TASK TO CARRY OUT
This task calls for copying every line of the records that includes the word "máquina".

# # #

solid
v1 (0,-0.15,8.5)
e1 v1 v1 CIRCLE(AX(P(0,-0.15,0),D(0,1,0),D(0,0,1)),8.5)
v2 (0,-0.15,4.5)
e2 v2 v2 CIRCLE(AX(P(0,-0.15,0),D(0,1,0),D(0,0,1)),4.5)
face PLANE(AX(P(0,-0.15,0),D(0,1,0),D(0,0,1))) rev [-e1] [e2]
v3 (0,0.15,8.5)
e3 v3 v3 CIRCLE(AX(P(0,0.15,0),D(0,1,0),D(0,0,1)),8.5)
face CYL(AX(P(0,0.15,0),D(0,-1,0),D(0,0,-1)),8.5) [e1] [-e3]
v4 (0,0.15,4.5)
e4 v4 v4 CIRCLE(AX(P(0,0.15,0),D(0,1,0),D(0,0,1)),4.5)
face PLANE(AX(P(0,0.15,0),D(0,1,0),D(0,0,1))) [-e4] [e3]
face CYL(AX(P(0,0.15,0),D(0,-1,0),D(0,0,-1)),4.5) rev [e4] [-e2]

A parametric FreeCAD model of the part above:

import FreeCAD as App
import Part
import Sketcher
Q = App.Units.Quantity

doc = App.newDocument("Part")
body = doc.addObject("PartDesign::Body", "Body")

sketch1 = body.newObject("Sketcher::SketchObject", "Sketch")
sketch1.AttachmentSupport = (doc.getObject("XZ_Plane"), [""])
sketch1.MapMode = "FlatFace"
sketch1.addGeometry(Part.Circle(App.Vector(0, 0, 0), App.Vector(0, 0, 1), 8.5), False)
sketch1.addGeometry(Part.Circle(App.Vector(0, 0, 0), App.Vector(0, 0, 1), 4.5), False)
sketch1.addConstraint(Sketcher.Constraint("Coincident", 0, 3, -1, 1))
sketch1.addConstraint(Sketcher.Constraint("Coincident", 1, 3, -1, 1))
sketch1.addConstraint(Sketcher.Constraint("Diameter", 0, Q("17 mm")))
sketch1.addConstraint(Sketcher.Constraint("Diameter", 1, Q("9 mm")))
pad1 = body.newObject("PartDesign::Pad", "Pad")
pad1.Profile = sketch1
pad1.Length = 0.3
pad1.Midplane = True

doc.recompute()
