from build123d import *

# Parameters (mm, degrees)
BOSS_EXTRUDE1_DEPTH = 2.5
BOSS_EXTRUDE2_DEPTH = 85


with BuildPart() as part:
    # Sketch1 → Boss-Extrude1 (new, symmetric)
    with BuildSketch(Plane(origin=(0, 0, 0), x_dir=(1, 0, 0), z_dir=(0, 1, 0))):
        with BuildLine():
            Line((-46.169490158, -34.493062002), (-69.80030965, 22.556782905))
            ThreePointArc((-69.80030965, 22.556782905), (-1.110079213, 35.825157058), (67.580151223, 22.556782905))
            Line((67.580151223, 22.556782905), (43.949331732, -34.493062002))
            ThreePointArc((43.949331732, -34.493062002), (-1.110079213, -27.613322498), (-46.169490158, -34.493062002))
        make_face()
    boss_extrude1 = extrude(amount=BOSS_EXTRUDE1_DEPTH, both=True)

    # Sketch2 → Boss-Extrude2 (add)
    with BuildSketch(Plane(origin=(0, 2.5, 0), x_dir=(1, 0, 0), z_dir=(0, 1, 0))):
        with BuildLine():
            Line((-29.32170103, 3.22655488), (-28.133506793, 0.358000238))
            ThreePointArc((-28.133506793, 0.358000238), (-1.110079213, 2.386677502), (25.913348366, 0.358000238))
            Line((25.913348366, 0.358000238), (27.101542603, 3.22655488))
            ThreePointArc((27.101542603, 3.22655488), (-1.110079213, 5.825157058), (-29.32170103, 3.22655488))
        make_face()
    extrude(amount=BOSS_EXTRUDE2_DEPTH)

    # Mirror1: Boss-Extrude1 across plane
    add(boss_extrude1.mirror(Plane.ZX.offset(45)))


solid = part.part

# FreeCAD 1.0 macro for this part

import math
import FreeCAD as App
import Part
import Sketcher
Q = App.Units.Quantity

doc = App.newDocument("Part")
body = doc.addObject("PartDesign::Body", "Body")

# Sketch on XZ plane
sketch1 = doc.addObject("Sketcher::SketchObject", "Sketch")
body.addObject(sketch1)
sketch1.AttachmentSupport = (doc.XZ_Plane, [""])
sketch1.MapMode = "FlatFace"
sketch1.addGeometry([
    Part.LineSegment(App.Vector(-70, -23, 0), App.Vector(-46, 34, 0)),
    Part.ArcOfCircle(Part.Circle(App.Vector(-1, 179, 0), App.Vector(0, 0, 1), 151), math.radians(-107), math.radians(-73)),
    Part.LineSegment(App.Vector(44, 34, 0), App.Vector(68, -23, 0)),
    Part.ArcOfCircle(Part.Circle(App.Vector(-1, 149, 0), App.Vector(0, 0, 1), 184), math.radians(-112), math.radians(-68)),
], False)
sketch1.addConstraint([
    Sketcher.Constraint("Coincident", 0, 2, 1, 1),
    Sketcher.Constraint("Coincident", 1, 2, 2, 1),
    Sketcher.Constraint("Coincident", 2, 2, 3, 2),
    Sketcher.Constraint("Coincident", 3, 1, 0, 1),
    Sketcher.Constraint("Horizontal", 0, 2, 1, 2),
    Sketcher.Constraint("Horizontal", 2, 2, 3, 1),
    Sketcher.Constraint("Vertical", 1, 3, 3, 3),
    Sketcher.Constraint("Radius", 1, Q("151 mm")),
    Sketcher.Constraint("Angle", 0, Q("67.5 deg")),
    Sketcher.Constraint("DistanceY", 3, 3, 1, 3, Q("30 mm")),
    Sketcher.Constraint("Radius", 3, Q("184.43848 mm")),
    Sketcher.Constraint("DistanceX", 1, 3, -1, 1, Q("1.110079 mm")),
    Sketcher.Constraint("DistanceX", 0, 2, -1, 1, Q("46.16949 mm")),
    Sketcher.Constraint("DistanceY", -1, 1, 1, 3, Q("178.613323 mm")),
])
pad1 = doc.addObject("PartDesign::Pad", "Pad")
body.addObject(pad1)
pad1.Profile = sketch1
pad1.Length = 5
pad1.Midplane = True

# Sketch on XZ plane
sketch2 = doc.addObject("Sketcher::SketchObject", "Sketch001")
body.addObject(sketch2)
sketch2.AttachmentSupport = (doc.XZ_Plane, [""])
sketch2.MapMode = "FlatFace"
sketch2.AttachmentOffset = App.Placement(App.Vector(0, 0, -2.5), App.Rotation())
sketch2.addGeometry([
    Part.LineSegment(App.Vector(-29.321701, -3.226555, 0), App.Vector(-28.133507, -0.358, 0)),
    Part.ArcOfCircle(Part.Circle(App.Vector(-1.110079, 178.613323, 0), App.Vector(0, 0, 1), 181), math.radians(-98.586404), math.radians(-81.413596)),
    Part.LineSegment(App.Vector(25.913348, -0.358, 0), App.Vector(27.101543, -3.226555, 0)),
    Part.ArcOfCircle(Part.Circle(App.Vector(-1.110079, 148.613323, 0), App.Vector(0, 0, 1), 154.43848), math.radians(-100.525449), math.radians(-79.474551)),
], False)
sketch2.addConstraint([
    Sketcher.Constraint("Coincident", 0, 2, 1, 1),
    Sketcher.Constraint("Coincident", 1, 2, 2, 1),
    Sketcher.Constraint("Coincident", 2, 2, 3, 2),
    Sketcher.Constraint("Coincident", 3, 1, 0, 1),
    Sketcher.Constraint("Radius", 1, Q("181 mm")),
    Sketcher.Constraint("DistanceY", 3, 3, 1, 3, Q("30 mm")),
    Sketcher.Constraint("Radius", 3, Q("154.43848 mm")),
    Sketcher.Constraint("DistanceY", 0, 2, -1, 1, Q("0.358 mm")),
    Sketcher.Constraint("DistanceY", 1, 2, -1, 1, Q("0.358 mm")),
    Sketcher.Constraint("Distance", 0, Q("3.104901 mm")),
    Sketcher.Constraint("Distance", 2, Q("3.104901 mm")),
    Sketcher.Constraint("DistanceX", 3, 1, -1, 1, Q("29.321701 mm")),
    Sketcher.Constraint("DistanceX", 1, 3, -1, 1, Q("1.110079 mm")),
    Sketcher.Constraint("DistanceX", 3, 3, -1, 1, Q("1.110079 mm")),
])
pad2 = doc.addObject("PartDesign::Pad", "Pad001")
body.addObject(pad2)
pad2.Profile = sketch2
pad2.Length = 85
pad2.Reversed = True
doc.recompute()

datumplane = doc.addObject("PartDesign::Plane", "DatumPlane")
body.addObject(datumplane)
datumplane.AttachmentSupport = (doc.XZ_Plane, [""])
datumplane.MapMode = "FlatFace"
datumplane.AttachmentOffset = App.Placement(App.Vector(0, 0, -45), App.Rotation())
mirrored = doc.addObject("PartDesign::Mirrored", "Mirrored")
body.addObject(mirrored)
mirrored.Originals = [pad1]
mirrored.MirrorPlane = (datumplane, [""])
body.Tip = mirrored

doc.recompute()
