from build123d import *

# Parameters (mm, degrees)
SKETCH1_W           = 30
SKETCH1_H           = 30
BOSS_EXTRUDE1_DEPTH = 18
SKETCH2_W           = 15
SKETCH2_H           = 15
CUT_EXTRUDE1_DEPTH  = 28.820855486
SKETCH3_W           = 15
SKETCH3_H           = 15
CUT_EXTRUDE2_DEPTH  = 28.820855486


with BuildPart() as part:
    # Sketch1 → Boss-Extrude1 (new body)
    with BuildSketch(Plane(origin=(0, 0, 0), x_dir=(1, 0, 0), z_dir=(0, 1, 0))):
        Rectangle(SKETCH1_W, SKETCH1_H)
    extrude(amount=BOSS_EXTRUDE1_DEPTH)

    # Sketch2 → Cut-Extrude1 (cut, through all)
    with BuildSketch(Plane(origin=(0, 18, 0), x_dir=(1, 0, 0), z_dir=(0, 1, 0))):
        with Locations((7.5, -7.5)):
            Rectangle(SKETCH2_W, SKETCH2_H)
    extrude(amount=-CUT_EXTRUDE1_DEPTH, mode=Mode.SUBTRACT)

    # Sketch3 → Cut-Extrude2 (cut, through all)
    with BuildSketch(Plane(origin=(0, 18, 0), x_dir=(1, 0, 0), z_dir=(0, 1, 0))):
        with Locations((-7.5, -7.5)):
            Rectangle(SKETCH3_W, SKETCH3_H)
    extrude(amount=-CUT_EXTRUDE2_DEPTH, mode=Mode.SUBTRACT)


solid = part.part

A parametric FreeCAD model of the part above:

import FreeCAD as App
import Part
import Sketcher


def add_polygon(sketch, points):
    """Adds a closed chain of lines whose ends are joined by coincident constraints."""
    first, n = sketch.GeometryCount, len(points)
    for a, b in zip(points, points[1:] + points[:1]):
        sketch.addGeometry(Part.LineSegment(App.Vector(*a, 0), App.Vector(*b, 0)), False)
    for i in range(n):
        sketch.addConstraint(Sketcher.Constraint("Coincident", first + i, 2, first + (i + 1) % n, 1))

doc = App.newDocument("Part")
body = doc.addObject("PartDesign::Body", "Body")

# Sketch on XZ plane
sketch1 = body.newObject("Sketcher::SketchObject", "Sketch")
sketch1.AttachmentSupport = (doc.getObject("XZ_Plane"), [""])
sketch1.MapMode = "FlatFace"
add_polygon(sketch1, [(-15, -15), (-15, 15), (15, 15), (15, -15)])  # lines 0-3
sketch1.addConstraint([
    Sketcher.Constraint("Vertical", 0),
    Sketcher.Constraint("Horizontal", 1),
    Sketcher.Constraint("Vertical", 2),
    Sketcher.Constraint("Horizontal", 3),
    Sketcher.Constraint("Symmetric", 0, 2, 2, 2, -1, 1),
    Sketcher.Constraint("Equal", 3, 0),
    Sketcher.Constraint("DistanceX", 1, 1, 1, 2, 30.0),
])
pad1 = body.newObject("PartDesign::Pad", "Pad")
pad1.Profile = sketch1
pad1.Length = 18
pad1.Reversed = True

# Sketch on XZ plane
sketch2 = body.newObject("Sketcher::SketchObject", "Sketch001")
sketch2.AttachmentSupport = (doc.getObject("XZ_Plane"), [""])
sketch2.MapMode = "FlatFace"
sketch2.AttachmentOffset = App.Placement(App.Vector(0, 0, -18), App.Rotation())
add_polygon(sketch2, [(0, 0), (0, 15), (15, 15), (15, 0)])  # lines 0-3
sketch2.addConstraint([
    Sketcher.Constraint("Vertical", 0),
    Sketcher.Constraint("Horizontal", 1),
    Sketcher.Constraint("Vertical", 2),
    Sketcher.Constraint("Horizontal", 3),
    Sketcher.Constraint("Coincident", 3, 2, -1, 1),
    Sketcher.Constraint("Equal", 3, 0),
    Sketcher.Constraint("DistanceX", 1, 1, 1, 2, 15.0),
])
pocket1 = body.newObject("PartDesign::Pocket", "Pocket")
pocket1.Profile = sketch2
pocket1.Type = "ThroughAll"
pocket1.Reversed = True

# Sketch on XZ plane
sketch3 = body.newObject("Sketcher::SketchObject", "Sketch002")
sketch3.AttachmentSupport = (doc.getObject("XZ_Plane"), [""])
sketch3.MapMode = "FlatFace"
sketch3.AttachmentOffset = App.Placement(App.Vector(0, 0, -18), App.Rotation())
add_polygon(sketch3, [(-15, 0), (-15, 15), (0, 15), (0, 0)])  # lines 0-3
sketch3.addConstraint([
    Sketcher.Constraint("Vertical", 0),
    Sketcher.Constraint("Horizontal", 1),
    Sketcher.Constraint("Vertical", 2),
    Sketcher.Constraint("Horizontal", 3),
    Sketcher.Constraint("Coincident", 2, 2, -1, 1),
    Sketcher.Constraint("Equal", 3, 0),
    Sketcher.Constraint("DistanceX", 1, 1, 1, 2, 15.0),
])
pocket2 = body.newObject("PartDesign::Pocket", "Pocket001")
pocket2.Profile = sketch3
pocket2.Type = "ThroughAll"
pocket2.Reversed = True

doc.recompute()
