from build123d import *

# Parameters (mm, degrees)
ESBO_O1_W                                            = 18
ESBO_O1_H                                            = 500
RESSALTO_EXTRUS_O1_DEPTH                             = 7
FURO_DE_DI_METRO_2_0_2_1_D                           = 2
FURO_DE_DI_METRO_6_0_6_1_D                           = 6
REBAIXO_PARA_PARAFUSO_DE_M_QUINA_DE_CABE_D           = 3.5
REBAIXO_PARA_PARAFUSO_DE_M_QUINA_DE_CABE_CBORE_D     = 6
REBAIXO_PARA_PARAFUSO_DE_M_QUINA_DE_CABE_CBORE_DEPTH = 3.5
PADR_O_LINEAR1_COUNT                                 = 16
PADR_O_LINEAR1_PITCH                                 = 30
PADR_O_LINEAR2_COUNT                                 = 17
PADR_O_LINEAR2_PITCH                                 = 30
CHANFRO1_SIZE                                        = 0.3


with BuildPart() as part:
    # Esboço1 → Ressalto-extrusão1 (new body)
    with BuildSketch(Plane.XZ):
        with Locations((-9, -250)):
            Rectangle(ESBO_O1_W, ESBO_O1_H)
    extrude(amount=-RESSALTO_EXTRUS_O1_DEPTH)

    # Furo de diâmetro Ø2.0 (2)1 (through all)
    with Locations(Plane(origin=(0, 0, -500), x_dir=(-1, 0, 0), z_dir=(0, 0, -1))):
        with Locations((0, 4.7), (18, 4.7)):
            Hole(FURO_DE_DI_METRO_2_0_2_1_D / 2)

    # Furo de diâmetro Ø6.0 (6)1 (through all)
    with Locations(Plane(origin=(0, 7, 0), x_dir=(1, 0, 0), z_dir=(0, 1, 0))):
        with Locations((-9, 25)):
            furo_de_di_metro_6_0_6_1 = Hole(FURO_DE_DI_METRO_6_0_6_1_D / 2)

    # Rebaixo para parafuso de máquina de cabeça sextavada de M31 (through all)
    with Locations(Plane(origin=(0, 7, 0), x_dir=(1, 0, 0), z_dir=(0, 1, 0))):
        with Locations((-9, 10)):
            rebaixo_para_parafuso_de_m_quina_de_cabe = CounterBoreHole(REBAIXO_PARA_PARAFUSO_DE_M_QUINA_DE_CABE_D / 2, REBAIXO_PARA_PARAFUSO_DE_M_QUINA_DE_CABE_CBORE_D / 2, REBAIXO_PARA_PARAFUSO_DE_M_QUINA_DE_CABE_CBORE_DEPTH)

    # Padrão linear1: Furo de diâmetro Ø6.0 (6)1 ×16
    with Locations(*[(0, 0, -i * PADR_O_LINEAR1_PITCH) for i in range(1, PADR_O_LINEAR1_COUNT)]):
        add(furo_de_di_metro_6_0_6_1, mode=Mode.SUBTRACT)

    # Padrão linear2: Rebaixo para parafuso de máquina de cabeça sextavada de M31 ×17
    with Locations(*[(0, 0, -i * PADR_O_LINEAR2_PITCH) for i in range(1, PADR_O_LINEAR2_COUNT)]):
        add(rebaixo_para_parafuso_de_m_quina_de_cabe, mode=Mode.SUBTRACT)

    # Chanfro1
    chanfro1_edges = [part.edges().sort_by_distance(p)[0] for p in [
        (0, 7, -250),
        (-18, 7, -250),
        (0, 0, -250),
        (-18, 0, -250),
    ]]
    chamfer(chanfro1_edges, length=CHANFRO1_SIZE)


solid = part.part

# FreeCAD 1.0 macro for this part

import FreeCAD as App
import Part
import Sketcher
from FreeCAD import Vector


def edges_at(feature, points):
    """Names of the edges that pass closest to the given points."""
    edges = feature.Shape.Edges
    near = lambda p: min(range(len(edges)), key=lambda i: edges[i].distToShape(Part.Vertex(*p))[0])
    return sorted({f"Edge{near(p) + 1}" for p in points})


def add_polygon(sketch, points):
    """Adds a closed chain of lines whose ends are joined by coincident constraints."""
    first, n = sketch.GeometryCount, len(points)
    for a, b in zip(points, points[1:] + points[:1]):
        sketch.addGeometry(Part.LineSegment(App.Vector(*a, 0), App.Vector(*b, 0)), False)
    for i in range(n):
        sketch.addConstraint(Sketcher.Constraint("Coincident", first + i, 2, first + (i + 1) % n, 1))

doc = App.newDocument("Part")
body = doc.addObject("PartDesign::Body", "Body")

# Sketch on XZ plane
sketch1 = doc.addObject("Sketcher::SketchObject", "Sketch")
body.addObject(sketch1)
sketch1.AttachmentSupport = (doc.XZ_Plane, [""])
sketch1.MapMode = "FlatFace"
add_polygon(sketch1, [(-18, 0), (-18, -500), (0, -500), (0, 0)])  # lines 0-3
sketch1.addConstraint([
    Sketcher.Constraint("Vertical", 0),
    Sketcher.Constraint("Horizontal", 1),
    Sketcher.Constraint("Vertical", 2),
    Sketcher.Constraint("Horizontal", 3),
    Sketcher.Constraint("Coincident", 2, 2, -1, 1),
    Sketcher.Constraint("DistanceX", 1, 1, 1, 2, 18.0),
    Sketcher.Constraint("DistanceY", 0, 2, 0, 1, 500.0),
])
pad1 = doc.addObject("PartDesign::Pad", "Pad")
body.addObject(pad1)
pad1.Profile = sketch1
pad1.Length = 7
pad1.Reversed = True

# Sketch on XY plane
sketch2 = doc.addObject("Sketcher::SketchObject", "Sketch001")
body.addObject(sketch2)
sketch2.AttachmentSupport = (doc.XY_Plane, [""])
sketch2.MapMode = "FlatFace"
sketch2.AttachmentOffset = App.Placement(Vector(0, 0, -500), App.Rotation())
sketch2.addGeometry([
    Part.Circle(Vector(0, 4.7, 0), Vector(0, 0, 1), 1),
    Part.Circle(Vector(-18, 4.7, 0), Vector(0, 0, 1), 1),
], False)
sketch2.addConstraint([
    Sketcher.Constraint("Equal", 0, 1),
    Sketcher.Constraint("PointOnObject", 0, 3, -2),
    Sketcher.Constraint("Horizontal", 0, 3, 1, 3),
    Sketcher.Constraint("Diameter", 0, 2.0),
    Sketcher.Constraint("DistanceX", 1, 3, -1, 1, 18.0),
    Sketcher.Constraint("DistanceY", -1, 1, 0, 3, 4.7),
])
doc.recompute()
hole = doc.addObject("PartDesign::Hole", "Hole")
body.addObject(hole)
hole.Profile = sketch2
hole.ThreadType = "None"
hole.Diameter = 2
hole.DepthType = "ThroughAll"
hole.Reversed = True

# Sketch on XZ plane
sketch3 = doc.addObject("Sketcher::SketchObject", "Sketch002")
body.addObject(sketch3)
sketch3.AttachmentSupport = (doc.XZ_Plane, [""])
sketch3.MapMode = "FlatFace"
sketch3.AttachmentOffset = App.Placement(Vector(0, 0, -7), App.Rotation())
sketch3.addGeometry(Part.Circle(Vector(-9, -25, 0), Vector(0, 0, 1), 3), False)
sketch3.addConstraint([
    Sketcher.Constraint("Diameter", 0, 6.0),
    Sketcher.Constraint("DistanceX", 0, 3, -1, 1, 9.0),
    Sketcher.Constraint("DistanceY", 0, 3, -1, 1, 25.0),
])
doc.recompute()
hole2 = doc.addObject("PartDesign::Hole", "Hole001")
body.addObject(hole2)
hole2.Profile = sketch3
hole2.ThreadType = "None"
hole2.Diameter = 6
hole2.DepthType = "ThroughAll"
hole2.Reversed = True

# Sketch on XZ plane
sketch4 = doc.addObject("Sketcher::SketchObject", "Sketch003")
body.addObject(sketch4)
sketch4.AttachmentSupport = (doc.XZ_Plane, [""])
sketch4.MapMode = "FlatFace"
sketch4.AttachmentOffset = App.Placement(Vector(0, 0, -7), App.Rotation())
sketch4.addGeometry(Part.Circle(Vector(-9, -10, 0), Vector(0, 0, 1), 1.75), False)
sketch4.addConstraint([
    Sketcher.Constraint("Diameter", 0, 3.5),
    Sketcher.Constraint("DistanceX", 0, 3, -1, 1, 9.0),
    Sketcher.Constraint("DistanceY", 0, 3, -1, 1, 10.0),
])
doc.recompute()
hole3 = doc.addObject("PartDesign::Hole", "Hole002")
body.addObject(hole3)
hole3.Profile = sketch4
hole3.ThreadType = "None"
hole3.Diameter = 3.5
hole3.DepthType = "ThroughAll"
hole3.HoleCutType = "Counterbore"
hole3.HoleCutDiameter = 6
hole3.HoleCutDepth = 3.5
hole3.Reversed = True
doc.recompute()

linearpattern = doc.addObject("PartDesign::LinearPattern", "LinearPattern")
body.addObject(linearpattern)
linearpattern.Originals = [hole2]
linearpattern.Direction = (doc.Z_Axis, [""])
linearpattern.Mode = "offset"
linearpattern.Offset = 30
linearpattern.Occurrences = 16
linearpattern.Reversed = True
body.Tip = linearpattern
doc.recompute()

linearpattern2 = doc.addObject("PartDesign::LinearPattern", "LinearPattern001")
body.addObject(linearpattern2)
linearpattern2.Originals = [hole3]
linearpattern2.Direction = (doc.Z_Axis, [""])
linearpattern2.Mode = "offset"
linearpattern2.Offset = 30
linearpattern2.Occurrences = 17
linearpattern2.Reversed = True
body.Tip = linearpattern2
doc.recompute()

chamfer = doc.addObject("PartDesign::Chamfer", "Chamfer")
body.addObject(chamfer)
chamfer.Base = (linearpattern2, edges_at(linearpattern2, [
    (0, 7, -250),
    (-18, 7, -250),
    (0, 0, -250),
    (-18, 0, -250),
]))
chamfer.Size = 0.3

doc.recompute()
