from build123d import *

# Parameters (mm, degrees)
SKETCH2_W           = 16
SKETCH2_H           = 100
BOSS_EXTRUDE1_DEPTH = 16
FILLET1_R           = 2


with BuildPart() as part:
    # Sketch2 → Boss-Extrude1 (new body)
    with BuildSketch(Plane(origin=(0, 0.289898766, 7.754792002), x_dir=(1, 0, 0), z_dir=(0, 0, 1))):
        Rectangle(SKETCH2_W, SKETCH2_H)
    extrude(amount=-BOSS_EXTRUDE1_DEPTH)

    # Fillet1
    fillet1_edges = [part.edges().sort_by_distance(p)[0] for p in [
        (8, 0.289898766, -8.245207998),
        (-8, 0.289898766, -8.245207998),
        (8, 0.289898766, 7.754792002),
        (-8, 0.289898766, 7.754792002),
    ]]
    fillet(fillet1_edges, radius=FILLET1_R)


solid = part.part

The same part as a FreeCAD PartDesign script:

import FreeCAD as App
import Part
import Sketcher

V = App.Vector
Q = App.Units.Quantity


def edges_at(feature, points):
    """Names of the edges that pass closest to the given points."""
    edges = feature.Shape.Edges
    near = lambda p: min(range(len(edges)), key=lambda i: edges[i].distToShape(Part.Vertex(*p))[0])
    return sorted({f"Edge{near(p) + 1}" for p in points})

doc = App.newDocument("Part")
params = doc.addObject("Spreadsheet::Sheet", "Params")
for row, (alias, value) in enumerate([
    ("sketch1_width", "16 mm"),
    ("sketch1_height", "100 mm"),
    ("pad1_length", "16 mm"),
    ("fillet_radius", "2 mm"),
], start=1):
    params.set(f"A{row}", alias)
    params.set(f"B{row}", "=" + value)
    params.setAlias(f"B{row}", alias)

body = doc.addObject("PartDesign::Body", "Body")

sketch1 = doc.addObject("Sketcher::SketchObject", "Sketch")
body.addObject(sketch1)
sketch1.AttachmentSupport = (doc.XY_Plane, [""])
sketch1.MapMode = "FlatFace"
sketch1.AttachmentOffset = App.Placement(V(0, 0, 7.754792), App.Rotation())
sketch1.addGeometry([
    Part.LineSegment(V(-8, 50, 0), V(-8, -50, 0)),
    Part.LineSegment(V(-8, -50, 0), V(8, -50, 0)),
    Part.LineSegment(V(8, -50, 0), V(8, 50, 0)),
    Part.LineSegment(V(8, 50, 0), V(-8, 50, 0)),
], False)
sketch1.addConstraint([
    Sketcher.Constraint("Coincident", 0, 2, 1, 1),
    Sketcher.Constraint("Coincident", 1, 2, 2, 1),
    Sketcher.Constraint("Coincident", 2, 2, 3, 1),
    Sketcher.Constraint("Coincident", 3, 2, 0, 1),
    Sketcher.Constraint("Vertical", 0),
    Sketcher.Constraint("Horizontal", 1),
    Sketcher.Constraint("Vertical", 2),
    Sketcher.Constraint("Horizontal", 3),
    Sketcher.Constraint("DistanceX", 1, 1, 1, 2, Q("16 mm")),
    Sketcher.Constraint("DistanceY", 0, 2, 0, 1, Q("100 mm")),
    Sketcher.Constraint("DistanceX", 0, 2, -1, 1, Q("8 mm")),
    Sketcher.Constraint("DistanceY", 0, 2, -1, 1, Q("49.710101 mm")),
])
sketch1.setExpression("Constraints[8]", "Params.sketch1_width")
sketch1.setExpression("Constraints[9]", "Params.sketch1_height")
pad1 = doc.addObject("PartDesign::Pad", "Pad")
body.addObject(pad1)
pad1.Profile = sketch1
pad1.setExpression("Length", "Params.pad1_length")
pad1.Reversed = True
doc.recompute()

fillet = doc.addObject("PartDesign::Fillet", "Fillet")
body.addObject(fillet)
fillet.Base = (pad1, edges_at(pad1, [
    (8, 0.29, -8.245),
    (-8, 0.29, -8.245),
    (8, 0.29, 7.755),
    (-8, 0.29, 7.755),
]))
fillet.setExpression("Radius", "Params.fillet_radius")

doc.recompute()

# # #

REPLY
    # Rebaixo para parafuso de máquina de cabeça sextavada de M31 (through all)
    # Padrão linear2: Rebaixo para parafuso de máquina de cabeça sextavada de M31 ×17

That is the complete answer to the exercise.